São ineficazes também, em relação à massa os registros e averbações realizados após a decretação de seqüestro ou declaração da liquidação, salvo se houver prenotação anterior.
Em relação a alienação do estabelecimento empresarial, não produz efeito para a massa, encetada sem a anuência expressa de todos dos credores ou seu pagamento, ficando o devedor sem patrimônio suficiente para suprir o passivo. Mesmo tendo o fato de a lei não mencionar expressamente, a venda ou transferência é aquela acordada dentro do termo legal. Se a alienação ocorre fora, o remédio processual será outro.

Temos uma segunda espécie de ação revocatória prevista na lei que é a ação paulitana falencial que necessita da “intuito fraudulento” do devedor e de existir efetivamente um prejuízo dos credores. Essa, visa assim, revogar atos fraudulentos praticados pelo devedor enquanto incapaz de solver antes da falência. Diferente do que já visto até aqui nesse trabalho, o núcleo da revogação é a fraude. É necessário porém, a comprovação pelo autor dos seguintes pressupostos objetivo/subjetivo que são respectivamente: prejuízo sofrido pelo impugnante do ato e fraude do devedor e do terceiro que contrata com ele, desde que ciente do primeiro. O ônus de provar a fraude do devedor ou terceiro não se aplica à Fazenda Pública. O encerramento da falência faz desaparecer a revocatória.
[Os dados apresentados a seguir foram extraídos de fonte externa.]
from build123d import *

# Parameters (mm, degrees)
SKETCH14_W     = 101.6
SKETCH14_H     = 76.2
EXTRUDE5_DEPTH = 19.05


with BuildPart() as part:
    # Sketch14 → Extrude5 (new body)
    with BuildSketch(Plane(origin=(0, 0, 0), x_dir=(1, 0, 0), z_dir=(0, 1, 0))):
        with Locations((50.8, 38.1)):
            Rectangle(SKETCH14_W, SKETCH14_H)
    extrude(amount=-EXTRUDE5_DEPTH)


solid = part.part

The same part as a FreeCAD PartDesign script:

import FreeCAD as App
import Part
import Sketcher

V = App.Vector
Q = App.Units.Quantity

doc = App.newDocument("Part")
body = doc.addObject("PartDesign::Body", "Body")

sketch1 = body.newObject("Sketcher::SketchObject", "Sketch")
sketch1.AttachmentSupport = (doc.getObject("XZ_Plane"), [""])
sketch1.MapMode = "FlatFace"
sketch1.addGeometry([
    Part.LineSegment(V(0, -76, 0), V(0, 0, 0)),
    Part.LineSegment(V(0, 0, 0), V(102, 0, 0)),
    Part.LineSegment(V(102, 0, 0), V(102, -76, 0)),
    Part.LineSegment(V(102, -76, 0), V(0, -76, 0)),
], False)
sketch1.addConstraint([
    Sketcher.Constraint("Coincident", 0, 2, 1, 1),
    Sketcher.Constraint("Coincident", 1, 2, 2, 1),
    Sketcher.Constraint("Coincident", 2, 2, 3, 1),
    Sketcher.Constraint("Coincident", 3, 2, 0, 1),
    Sketcher.Constraint("Vertical", 0),
    Sketcher.Constraint("Horizontal", 1),
    Sketcher.Constraint("Vertical", 2),
    Sketcher.Constraint("Horizontal", 3),
    Sketcher.Constraint("Coincident", 0, 2, -1, 1),
    Sketcher.Constraint("DistanceX", 1, 1, 1, 2, Q("4 in")),
    Sketcher.Constraint("DistanceY", 0, 1, 0, 2, Q("3 in")),
])
pad1 = body.newObject("PartDesign::Pad", "Pad")
pad1.Profile = sketch1
pad1.Length = Q("0.75 in")

doc.recompute()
Embora já tratado esse assunto, faz-se necessário um aprofundamento sobre os efeitos das ações revocatórias que vamos ver a partir de agora:

Proteção da massa concursal: as ações revocatórias buscam proteger os interesses dos credores e evitar que o patrimônio seja dilapidado por atos suspeitos, desrespeitando a lei ou de forma fraudulenta. Essa ação pode ser proposta a qualquer tempo antes do início da fase de liquidação. Publicado o aviso do artigo 114 (quando se comunica aos interessados o início da realização do ativo e o pagamento do passivo), começa o prazo decadencial de um ano para o seu exercício. Nesse momento dois fatos importantes surgem a serem analisados nesse momento – os bens arrecadados podem ser suficientes, sendo desnecessário a propositura da ação; e o falido pode ter requerido concordata suspensiva nos cinco dias que se seguem à apresentação do segundo relatório do síndico.

Devolução dos bens com seus acessórios e, na falta, a indenização à massa: a massa receberá o bem na integralmente com todos os acessórios, ou se isso não for possível, deve ser indenizada. Porém, nem sempre se dará a devolução de algum bem, como diz algumas hipóteses do artigo 52 – na ineficácia pelo pagamento de dívida não vencida o numerário entra para a massa falida e o credor habilita seu crédito; no pagamento de dívidas vencidas por outra forma não prevista no contrato, o bem dado em pagamento entra para a massa falida e o credor habilita seu crédito; se declarada ineficaz a constituição de garantia real o credor perde o direito à garantia real e habilita seu crédito como quirografário. O bem é arrecadado pela massa e serve como pagamento do passivo; na hipótese de renúncia de herança, o renunciante falido recebe os bens da herança e estes bens são arrecadados na falência, não havendo assim, habilitação de credores; dentre outras.

Devolução de eventuais prestações pagas e participação do credor no rateio, na qualidade de credor quirografário: se o contratante for credor do falido, o ato declarado ineficaz não irá retirar o direito ao crédito, mas apenas as eventuais garantias que possuiria se mantido íntegro o ato.